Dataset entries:
▼

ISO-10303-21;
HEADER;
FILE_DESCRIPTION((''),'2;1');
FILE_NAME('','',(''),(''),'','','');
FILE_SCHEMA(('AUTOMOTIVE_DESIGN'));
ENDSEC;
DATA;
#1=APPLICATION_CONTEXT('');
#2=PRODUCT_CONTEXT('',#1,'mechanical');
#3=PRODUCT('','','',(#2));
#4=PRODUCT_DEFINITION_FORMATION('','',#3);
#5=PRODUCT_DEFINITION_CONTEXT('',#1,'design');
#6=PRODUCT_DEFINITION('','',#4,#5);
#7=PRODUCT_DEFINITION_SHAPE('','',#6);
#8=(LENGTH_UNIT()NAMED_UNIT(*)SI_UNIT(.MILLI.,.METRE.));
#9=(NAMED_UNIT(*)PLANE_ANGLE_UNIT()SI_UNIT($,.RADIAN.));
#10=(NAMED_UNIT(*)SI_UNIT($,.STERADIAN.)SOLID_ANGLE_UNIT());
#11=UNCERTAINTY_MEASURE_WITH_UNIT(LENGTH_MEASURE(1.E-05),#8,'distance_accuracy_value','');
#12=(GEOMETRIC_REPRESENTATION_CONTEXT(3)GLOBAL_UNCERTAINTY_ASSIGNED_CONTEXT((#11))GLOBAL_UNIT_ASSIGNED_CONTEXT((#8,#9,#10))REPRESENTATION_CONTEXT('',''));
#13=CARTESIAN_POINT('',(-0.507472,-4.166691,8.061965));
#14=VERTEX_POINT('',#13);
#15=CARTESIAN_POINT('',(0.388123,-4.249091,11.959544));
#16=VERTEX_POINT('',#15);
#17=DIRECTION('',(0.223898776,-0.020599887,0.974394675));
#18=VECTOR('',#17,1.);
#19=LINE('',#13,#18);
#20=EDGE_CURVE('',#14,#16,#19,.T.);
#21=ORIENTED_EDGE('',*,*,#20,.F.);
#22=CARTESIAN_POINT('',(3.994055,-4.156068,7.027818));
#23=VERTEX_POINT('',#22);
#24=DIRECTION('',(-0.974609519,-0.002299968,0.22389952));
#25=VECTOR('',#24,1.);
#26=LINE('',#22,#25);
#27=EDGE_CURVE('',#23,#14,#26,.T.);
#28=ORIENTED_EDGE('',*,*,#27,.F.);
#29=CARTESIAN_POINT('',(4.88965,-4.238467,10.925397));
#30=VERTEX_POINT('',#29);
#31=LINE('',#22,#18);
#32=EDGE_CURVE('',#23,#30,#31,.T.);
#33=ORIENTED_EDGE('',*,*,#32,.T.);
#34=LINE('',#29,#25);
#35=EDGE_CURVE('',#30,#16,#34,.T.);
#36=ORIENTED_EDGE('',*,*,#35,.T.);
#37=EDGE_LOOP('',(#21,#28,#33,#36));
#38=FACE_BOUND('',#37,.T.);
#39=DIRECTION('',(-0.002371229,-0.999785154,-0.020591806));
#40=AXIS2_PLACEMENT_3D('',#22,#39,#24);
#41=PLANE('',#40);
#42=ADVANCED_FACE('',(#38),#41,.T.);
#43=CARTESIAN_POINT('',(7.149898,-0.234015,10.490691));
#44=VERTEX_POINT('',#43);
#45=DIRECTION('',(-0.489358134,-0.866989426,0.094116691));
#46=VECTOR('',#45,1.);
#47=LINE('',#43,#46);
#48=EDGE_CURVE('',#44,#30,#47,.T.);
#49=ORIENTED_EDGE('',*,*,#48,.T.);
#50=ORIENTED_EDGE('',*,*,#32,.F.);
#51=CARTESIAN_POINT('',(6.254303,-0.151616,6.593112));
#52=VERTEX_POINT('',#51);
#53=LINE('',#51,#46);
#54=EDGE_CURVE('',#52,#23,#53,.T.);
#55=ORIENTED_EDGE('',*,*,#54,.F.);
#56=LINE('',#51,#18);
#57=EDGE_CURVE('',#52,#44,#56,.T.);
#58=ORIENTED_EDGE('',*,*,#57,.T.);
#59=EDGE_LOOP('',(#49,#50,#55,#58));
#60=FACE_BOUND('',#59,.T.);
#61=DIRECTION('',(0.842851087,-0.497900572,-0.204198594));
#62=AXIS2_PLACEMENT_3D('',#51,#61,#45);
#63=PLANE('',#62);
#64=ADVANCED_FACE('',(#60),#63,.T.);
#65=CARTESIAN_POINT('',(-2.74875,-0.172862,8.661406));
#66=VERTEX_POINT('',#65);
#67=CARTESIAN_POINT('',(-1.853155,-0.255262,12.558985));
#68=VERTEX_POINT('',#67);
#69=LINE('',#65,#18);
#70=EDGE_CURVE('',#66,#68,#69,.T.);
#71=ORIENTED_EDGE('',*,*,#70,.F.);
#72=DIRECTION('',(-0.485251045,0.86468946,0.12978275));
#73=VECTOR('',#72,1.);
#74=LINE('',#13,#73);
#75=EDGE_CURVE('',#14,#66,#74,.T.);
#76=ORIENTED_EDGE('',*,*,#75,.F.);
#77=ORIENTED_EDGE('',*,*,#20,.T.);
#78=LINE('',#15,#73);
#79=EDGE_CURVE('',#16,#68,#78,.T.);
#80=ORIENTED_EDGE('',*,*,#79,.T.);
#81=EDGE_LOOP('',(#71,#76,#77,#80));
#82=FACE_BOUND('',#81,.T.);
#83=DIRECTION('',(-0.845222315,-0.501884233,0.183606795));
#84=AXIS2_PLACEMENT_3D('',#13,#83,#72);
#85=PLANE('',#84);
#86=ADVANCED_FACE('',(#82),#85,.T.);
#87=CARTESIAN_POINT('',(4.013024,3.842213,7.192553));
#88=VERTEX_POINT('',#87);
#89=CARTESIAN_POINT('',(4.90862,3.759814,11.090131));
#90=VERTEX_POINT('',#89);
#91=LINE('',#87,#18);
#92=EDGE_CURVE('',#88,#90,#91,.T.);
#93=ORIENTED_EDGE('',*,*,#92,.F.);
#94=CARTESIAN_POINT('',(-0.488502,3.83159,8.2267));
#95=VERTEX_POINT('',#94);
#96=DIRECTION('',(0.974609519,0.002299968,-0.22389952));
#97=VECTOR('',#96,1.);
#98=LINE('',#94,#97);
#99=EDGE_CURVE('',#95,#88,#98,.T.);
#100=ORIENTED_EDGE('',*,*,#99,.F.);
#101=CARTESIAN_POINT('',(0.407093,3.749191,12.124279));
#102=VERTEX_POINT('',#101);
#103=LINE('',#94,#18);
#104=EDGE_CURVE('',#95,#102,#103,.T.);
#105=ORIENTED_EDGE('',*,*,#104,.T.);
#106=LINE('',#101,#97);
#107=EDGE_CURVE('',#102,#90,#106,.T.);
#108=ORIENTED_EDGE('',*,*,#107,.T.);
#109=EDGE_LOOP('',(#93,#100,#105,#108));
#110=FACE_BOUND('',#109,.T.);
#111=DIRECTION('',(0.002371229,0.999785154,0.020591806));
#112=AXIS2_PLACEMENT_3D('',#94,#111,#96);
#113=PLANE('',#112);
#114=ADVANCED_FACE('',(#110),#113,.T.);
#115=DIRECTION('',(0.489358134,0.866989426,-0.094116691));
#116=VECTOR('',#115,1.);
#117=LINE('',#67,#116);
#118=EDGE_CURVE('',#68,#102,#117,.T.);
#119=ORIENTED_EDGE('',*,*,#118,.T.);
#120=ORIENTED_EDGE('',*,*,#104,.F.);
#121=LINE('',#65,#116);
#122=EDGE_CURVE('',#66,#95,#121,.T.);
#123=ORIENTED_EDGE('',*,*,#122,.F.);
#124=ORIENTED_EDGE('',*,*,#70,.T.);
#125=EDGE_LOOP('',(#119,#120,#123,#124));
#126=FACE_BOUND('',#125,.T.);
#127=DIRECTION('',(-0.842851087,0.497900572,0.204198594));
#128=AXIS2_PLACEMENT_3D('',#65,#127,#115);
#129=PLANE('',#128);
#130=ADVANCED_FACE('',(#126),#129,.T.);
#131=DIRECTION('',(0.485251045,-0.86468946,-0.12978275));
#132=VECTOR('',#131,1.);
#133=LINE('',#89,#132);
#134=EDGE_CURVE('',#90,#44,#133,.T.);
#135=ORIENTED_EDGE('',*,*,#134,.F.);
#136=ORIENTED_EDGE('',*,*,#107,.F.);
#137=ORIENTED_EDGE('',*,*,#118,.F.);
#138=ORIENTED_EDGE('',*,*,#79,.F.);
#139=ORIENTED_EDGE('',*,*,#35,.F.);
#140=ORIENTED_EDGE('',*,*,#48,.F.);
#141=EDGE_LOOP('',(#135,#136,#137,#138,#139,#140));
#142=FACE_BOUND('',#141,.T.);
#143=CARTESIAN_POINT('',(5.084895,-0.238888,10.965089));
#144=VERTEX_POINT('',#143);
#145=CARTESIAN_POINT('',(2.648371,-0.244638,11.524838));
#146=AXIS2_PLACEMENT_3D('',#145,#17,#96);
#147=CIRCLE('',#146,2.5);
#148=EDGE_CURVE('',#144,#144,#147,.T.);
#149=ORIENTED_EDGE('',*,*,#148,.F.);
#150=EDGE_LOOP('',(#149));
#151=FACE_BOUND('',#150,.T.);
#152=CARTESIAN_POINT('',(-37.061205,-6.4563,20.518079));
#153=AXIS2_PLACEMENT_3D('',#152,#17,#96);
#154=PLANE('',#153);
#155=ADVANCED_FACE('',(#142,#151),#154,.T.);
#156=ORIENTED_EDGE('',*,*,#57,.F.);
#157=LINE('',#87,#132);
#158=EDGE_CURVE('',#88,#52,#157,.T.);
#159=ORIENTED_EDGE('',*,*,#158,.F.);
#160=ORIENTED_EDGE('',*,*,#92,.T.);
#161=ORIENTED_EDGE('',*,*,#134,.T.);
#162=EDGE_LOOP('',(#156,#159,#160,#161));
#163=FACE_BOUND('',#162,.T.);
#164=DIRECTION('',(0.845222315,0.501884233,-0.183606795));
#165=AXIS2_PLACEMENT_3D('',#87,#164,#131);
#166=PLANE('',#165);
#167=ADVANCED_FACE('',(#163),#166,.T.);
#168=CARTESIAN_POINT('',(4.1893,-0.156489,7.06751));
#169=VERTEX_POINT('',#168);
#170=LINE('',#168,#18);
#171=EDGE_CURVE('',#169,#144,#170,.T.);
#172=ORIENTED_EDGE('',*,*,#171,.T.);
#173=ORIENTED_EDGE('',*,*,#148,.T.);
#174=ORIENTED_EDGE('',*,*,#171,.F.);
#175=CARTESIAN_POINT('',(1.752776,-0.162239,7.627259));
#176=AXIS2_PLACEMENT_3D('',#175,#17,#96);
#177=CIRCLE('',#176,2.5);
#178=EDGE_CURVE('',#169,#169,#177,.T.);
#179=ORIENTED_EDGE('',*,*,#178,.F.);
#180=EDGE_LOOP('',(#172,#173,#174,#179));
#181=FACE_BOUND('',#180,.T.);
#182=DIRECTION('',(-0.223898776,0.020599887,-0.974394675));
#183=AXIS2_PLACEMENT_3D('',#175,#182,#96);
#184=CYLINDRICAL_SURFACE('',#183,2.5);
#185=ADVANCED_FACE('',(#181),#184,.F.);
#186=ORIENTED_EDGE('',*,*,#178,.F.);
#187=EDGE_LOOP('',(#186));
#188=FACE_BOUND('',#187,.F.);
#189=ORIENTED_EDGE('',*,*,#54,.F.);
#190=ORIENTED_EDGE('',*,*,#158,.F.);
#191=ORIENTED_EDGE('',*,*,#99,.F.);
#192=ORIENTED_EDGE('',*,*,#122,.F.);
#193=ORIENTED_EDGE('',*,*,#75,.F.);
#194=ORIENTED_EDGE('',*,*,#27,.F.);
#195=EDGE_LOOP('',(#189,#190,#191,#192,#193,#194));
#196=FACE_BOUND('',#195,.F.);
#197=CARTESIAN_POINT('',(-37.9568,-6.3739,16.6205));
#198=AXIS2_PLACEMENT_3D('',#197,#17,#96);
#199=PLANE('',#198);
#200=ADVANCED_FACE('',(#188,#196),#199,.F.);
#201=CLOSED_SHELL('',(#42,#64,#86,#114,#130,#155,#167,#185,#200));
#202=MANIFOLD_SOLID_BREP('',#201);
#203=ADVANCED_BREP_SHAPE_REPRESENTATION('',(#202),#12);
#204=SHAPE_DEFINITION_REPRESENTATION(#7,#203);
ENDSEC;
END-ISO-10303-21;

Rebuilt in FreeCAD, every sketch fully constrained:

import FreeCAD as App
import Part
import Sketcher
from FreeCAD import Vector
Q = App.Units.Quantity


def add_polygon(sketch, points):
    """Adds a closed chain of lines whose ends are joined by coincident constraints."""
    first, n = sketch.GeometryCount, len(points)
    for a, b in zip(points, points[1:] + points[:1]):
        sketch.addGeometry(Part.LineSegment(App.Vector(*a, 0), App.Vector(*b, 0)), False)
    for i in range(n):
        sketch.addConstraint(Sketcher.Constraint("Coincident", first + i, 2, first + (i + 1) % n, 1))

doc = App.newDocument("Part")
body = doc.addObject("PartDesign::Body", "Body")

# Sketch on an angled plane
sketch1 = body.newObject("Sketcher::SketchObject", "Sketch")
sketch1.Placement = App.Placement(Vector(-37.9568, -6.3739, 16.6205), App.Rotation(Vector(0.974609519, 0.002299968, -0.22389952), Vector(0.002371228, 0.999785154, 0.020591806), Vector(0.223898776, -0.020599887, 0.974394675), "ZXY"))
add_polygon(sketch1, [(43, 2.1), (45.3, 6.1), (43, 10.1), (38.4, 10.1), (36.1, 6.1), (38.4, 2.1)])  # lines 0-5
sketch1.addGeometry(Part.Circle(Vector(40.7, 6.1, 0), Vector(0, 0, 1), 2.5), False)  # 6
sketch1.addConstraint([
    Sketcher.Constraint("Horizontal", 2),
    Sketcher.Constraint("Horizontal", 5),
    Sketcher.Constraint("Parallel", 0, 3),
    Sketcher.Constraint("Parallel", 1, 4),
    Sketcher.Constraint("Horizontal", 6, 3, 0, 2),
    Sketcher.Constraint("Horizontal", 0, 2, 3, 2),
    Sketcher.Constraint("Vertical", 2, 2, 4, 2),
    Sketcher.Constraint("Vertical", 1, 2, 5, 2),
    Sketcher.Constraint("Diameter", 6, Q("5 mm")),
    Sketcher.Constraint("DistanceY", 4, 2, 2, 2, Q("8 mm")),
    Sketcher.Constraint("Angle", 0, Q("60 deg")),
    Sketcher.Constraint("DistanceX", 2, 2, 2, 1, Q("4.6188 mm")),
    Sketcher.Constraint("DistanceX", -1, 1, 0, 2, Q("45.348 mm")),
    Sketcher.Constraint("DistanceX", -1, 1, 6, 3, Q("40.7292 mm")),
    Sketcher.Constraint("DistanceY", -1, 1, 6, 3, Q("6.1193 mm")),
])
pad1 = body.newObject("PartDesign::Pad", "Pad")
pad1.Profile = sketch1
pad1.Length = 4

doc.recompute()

▲

Restate exactly the records above from their first line through the line that holds "#49=ORIENTED_EDGE('',*,*,#48,.T.);", please, including both and leaving out all others.

ISO-10303-21;
HEADER;
FILE_DESCRIPTION((''),'2;1');
FILE_NAME('','',(''),(''),'','','');
FILE_SCHEMA(('AUTOMOTIVE_DESIGN'));
ENDSEC;
DATA;
#1=APPLICATION_CONTEXT('');
#2=PRODUCT_CONTEXT('',#1,'mechanical');
#3=PRODUCT('','','',(#2));
#4=PRODUCT_DEFINITION_FORMATION('','',#3);
#5=PRODUCT_DEFINITION_CONTEXT('',#1,'design');
#6=PRODUCT_DEFINITION('','',#4,#5);
#7=PRODUCT_DEFINITION_SHAPE('','',#6);
#8=(LENGTH_UNIT()NAMED_UNIT(*)SI_UNIT(.MILLI.,.METRE.));
#9=(NAMED_UNIT(*)PLANE_ANGLE_UNIT()SI_UNIT($,.RADIAN.));
#10=(NAMED_UNIT(*)SI_UNIT($,.STERADIAN.)SOLID_ANGLE_UNIT());
#11=UNCERTAINTY_MEASURE_WITH_UNIT(LENGTH_MEASURE(1.E-05),#8,'distance_accuracy_value','');
#12=(GEOMETRIC_REPRESENTATION_CONTEXT(3)GLOBAL_UNCERTAINTY_ASSIGNED_CONTEXT((#11))GLOBAL_UNIT_ASSIGNED_CONTEXT((#8,#9,#10))REPRESENTATION_CONTEXT('',''));
#13=CARTESIAN_POINT('',(-0.507472,-4.166691,8.061965));
#14=VERTEX_POINT('',#13);
#15=CARTESIAN_POINT('',(0.388123,-4.249091,11.959544));
#16=VERTEX_POINT('',#15);
#17=DIRECTION('',(0.223898776,-0.020599887,0.974394675));
#18=VECTOR('',#17,1.);
#19=LINE('',#13,#18);
#20=EDGE_CURVE('',#14,#16,#19,.T.);
#21=ORIENTED_EDGE('',*,*,#20,.F.);
#22=CARTESIAN_POINT('',(3.994055,-4.156068,7.027818));
#23=VERTEX_POINT('',#22);
#24=DIRECTION('',(-0.974609519,-0.002299968,0.22389952));
#25=VECTOR('',#24,1.);
#26=LINE('',#22,#25);
#27=EDGE_CURVE('',#23,#14,#26,.T.);
#28=ORIENTED_EDGE('',*,*,#27,.F.);
#29=CARTESIAN_POINT('',(4.88965,-4.238467,10.925397));
#30=VERTEX_POINT('',#29);
#31=LINE('',#22,#18);
#32=EDGE_CURVE('',#23,#30,#31,.T.);
#33=ORIENTED_EDGE('',*,*,#32,.T.);
#34=LINE('',#29,#25);
#35=EDGE_CURVE('',#30,#16,#34,.T.);
#36=ORIENTED_EDGE('',*,*,#35,.T.);
#37=EDGE_LOOP('',(#21,#28,#33,#36));
#38=FACE_BOUND('',#37,.T.);
#39=DIRECTION('',(-0.002371229,-0.999785154,-0.020591806));
#40=AXIS2_PLACEMENT_3D('',#22,#39,#24);
#41=PLANE('',#40);
#42=ADVANCED_FACE('',(#38),#41,.T.);
#43=CARTESIAN_POINT('',(7.149898,-0.234015,10.490691));
#44=VERTEX_POINT('',#43);
#45=DIRECTION('',(-0.489358134,-0.866989426,0.094116691));
#46=VECTOR('',#45,1.);
#47=LINE('',#43,#46);
#48=EDGE_CURVE('',#44,#30,#47,.T.);
#49=ORIENTED_EDGE('',*,*,#48,.T.);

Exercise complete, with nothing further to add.